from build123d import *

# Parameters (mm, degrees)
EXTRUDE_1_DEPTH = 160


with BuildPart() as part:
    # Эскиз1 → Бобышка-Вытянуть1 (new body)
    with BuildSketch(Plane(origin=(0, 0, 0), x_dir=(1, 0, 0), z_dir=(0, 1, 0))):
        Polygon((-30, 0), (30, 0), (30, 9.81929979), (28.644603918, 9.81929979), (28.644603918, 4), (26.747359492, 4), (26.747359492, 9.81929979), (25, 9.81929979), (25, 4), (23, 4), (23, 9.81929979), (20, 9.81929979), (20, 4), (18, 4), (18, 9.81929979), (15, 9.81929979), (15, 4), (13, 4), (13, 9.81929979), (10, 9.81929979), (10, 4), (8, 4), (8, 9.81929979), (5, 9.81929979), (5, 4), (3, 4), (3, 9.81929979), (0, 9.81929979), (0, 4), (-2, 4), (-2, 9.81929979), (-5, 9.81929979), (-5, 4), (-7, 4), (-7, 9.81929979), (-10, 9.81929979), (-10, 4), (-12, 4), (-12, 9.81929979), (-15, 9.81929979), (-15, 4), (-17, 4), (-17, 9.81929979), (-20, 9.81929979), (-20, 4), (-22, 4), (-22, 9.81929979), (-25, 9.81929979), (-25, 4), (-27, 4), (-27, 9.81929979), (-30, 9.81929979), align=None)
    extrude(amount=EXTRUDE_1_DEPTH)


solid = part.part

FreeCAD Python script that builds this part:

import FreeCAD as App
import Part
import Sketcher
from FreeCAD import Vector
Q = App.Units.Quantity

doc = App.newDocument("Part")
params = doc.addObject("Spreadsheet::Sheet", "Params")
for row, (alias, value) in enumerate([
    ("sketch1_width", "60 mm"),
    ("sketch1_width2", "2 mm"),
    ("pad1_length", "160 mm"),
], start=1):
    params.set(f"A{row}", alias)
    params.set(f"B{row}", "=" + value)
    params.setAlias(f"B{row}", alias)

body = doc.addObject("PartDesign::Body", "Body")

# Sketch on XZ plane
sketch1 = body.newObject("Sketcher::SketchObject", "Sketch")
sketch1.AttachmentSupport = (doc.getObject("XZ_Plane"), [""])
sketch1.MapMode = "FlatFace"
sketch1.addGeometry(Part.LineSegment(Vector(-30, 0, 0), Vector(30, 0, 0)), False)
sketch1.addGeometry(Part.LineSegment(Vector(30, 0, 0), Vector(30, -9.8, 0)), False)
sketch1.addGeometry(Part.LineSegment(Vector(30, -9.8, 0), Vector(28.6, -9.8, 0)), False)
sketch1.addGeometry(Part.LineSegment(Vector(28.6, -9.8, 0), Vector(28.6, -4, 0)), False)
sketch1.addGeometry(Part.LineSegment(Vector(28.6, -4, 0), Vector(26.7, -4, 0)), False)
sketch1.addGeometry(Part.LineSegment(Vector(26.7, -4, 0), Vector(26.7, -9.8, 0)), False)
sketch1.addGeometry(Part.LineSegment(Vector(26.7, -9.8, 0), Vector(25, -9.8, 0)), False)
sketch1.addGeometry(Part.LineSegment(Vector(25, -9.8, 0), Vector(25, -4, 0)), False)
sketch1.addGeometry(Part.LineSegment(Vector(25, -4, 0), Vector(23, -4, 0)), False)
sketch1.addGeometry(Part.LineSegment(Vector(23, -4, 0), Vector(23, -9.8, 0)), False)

════════

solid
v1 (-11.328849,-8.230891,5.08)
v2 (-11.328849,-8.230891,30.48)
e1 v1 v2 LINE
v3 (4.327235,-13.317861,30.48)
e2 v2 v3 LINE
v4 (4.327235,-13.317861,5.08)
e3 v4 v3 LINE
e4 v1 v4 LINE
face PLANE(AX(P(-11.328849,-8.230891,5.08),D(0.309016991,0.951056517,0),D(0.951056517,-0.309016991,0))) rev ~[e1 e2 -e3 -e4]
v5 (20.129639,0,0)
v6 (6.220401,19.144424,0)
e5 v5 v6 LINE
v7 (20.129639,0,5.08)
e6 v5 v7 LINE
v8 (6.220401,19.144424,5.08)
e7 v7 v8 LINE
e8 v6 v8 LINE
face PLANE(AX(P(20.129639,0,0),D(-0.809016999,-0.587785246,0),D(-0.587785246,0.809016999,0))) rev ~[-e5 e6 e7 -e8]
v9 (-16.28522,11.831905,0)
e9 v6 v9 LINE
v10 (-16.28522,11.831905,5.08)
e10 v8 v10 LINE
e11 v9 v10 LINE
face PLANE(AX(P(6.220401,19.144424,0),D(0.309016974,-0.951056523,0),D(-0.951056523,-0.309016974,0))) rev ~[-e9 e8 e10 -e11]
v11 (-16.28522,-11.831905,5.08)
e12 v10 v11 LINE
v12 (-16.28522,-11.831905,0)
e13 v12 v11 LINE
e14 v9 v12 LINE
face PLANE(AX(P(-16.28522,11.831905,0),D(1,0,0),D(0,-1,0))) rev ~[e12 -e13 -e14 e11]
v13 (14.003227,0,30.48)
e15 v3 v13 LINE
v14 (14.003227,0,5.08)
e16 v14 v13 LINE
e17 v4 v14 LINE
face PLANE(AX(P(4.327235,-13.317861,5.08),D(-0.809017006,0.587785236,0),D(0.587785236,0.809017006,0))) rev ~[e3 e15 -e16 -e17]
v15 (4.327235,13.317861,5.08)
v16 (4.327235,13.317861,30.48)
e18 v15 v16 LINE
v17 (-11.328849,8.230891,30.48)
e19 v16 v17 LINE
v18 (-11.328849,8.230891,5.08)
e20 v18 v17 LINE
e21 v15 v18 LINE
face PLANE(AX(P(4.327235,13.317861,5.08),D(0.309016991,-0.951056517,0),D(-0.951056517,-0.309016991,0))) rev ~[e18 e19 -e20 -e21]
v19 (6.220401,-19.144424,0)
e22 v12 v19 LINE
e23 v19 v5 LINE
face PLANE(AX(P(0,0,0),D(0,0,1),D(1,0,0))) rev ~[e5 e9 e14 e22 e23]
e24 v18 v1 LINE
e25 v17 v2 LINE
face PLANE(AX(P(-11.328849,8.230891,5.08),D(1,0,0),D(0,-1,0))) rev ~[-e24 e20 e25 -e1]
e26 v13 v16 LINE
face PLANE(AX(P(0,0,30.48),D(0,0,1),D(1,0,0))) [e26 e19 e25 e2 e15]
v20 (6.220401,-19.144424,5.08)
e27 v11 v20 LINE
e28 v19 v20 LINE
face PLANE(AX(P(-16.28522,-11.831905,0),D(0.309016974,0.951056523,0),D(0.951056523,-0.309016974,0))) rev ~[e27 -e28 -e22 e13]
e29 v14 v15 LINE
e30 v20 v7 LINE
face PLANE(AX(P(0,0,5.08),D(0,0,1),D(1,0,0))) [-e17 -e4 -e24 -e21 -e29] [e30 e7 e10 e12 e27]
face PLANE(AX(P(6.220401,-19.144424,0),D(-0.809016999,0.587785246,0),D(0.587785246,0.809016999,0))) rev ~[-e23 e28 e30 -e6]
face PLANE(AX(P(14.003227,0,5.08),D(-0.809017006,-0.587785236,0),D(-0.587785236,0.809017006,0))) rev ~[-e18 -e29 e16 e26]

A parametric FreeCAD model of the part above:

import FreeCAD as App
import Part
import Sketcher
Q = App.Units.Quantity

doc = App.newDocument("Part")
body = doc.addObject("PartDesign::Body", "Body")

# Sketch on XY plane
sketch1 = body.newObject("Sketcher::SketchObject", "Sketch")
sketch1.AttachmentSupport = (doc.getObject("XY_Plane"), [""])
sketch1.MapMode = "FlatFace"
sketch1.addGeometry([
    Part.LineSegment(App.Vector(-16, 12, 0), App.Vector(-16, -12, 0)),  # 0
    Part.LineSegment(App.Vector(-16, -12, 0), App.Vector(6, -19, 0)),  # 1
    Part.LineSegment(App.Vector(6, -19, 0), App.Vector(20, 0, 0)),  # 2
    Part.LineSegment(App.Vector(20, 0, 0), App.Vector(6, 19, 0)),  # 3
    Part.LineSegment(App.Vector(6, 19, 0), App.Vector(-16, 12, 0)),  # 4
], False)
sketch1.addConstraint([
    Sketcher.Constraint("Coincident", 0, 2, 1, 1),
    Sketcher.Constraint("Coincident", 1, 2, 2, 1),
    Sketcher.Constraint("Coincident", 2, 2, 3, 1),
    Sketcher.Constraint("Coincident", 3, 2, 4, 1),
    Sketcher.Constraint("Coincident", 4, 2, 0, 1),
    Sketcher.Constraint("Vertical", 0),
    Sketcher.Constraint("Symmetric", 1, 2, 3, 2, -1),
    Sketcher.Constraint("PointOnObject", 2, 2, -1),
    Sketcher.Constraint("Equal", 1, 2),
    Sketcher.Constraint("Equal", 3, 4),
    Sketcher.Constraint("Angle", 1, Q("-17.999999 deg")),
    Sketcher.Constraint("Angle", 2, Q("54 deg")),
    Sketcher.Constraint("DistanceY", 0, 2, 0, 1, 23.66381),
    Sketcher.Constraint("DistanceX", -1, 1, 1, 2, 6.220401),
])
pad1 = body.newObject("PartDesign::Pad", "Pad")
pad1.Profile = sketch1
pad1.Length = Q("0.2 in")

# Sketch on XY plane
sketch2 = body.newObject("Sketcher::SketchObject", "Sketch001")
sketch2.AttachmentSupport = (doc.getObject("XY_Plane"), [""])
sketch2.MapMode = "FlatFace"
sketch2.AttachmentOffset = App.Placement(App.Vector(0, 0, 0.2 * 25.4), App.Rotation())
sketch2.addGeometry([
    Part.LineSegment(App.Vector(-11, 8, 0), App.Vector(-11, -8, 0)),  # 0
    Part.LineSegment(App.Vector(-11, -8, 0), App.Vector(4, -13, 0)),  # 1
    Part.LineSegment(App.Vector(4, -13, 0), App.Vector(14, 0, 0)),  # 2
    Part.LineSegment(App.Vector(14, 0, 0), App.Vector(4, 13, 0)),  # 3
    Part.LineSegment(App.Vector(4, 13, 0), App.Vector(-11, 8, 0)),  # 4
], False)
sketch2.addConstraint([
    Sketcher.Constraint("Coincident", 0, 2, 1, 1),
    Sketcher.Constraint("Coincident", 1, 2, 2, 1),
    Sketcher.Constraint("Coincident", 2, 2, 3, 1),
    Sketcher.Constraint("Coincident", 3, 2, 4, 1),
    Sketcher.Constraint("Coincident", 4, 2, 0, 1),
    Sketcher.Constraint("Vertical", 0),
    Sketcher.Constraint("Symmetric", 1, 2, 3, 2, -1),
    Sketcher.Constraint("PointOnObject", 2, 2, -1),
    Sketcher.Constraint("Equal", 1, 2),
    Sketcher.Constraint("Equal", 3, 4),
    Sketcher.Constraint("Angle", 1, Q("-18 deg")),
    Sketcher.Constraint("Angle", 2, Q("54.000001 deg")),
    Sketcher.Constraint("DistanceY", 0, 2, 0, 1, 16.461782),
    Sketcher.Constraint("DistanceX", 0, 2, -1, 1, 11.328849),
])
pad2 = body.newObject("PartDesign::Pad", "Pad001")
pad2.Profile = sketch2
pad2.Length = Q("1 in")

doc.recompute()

════════

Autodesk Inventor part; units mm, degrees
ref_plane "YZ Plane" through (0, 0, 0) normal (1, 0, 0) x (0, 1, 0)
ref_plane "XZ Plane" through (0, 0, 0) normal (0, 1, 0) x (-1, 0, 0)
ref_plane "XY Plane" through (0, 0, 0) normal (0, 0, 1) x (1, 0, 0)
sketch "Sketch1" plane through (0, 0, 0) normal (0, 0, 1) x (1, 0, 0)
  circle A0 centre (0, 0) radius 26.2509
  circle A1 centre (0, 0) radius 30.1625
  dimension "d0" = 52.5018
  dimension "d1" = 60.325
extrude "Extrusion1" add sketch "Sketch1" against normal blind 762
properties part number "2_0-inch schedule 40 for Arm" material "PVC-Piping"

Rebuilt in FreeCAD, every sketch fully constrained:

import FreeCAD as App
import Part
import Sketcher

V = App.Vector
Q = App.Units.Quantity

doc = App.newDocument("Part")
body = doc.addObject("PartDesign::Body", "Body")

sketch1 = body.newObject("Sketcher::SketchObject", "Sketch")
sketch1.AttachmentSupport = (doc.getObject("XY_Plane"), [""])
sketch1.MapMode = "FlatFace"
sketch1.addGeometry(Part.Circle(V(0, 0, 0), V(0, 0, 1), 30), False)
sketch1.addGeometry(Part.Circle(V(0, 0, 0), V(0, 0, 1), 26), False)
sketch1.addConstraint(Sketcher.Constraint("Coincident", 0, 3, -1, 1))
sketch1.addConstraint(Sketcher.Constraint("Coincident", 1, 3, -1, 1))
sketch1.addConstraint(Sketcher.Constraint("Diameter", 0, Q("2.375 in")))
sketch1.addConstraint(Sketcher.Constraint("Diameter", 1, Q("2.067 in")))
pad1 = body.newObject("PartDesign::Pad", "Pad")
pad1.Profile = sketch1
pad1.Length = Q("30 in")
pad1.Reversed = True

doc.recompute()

════════

• INSTRUCTIONS FOR THE TASK: Read the material above and copy out each line holding "degrees".

• SOLUTION TO THE EXERCISE:
# Parameters (mm, degrees)
Autodesk Inventor part; units mm, degrees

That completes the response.